Изменить стиль страницы

Сын учился в средней школе, часто приходил поздно, а на этот раз и ночевать домой не пришел. Кончался учебный год, и мы подумали, что он остался у приятеля, чтоб вместе готовиться к экзаменам. А дело-то было вот какое.

Один из приятелей Германа окончил курсы шоферов и получил грузовую машину. Можно ли было упустить случай и не определиться стажером к Гришке Абельдяеву? После уроков сын поджидал приятеля на дороге и отправлялся с ним в рейс, чтоб к ночи вернуться домой.

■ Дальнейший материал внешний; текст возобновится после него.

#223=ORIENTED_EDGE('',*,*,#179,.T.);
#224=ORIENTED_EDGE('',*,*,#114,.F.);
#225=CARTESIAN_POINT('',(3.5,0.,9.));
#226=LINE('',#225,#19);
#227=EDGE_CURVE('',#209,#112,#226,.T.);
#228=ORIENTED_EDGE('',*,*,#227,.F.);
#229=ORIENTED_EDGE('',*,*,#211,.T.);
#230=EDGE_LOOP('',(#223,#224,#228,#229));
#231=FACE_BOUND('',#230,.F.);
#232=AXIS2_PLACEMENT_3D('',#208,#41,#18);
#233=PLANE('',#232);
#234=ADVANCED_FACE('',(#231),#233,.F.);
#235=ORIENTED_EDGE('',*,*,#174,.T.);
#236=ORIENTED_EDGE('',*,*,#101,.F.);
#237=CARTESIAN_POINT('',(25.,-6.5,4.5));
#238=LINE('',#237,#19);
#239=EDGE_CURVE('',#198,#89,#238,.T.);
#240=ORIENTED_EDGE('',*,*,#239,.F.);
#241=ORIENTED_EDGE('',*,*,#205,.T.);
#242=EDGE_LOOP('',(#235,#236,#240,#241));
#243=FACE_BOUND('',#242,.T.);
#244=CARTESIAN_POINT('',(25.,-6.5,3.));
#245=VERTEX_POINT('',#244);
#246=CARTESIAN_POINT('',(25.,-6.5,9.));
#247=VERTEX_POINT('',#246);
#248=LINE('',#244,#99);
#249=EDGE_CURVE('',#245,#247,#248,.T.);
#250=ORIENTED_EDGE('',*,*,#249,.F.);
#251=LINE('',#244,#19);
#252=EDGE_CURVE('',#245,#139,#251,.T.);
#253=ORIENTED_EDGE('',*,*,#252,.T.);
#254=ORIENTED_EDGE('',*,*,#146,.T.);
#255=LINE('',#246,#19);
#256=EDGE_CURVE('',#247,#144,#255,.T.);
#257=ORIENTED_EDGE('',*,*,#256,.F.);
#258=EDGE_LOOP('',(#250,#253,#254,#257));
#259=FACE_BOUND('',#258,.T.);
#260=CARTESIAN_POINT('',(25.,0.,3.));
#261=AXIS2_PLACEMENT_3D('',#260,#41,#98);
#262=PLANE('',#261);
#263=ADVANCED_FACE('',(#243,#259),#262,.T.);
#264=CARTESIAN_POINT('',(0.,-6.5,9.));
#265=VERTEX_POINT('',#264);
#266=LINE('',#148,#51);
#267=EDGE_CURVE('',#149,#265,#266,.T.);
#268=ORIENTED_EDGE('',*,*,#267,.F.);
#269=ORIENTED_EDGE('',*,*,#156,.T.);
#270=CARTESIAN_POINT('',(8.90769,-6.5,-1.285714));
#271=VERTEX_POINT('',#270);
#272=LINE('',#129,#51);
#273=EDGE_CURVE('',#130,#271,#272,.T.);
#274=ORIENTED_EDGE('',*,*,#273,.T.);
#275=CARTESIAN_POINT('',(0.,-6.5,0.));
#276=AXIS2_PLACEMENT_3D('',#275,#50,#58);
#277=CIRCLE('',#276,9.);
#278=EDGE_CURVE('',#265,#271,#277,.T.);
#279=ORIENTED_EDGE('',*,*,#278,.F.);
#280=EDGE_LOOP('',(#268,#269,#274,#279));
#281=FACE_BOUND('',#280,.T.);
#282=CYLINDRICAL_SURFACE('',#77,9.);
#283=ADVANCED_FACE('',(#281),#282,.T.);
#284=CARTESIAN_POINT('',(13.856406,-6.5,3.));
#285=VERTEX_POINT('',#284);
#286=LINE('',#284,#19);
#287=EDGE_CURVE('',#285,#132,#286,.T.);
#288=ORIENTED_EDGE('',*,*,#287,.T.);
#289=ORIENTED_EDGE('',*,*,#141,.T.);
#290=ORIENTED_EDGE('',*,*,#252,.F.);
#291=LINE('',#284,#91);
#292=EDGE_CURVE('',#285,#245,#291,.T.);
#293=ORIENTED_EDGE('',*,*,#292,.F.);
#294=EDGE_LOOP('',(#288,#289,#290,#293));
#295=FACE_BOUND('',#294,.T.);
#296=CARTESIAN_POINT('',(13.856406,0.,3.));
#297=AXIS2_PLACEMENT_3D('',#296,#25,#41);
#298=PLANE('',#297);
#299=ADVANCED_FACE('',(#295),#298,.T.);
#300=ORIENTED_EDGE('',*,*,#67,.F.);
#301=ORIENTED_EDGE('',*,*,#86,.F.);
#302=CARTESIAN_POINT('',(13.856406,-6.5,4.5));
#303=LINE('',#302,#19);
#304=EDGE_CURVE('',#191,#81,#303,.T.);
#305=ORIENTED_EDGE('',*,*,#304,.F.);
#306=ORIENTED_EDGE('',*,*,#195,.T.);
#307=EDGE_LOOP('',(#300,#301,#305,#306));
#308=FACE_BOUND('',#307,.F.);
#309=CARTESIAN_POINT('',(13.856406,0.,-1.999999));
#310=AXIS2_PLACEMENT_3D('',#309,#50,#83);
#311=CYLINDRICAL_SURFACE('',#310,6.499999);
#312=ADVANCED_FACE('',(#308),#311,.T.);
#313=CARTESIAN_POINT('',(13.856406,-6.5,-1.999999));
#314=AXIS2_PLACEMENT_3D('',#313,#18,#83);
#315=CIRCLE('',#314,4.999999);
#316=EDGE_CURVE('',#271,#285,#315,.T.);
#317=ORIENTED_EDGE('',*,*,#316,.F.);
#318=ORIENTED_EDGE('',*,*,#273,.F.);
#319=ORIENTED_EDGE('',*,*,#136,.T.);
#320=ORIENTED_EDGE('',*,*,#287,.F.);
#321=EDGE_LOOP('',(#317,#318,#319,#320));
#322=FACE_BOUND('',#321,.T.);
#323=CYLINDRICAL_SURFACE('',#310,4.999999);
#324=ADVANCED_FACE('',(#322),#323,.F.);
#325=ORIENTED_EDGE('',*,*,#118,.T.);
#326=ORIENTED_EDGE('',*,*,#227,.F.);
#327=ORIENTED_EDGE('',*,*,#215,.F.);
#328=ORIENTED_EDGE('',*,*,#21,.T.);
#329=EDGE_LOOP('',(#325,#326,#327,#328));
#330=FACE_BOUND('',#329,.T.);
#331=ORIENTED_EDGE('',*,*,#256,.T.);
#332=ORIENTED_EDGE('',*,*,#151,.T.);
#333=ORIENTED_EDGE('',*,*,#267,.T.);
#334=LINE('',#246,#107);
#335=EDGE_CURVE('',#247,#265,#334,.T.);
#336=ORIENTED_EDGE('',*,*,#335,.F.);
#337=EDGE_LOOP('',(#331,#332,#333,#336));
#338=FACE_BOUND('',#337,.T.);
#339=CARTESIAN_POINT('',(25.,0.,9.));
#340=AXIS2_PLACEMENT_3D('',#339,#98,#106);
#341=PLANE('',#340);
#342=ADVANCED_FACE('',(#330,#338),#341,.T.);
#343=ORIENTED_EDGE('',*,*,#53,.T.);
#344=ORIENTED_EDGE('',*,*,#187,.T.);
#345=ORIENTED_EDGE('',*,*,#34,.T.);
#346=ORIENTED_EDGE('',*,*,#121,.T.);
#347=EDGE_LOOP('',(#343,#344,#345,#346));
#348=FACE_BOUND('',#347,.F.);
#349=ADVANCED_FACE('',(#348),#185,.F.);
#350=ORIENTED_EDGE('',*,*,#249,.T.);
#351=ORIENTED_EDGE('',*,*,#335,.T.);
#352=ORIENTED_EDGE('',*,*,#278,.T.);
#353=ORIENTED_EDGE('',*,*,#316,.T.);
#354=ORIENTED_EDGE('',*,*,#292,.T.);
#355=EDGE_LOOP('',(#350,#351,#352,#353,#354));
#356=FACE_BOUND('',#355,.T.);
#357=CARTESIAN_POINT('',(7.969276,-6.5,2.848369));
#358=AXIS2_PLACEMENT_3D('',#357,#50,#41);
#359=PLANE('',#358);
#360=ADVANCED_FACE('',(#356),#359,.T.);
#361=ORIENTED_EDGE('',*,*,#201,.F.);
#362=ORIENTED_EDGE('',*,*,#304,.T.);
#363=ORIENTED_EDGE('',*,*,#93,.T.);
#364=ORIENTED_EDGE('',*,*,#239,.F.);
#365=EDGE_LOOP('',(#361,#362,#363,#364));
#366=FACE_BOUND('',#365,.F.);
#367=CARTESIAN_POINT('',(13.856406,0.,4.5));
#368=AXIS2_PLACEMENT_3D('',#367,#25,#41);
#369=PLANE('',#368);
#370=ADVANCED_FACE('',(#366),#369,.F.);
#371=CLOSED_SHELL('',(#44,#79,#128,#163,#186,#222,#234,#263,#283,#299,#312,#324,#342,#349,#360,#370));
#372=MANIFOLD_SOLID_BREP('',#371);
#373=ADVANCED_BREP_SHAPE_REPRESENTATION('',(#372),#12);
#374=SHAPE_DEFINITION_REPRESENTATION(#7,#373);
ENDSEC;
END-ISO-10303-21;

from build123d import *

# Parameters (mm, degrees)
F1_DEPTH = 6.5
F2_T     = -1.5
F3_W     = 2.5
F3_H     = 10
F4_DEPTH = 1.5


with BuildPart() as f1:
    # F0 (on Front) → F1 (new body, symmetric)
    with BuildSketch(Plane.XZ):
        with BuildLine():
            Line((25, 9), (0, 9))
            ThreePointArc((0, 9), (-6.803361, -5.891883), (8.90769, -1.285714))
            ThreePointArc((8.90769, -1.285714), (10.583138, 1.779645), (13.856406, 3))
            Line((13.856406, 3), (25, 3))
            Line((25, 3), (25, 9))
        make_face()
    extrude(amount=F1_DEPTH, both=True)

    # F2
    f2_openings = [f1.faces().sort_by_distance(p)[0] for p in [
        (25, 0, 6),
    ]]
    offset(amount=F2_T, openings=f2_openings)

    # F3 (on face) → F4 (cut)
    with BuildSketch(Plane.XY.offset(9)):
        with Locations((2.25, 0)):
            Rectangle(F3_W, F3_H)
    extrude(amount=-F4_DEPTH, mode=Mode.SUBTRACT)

Пылит машина проселочными дорогами, блаженствуют ребята! Они полные хозяева тарахтящего сооружения, чудом не попавшего в утиль. В стороне от проезжей дороги Герман хозяйничает за рулем, а Гришка со знанием дела помогает постигать премудрость переключения скоростей, не газовать без толку. Ехали, ехали и доехали: остановилась машина в стороне от сел, почихала, постреляла и затихла, приютившись у тальникового колочка. Покопались приятели в моторе, перемазались, приуныли. Гришке ночевать в машине, а сыну добираться домой пешком, на попутных.

— Как ты теперь?

— Найду загвоздку — повезет, — уверил Гришка. — Хлеба только не взял. Спать придется натощак. Может, занесет сюда какую-нибудь машину.

Пошли уже вторые сутки, а Гришка не появлялся. Сын отправился на поиски, прихватив хлеба, луку, соли.

Машина стояла на прежнем месте. Привалившись к колесу, спал обессиленный Гришка, грязный, голодный.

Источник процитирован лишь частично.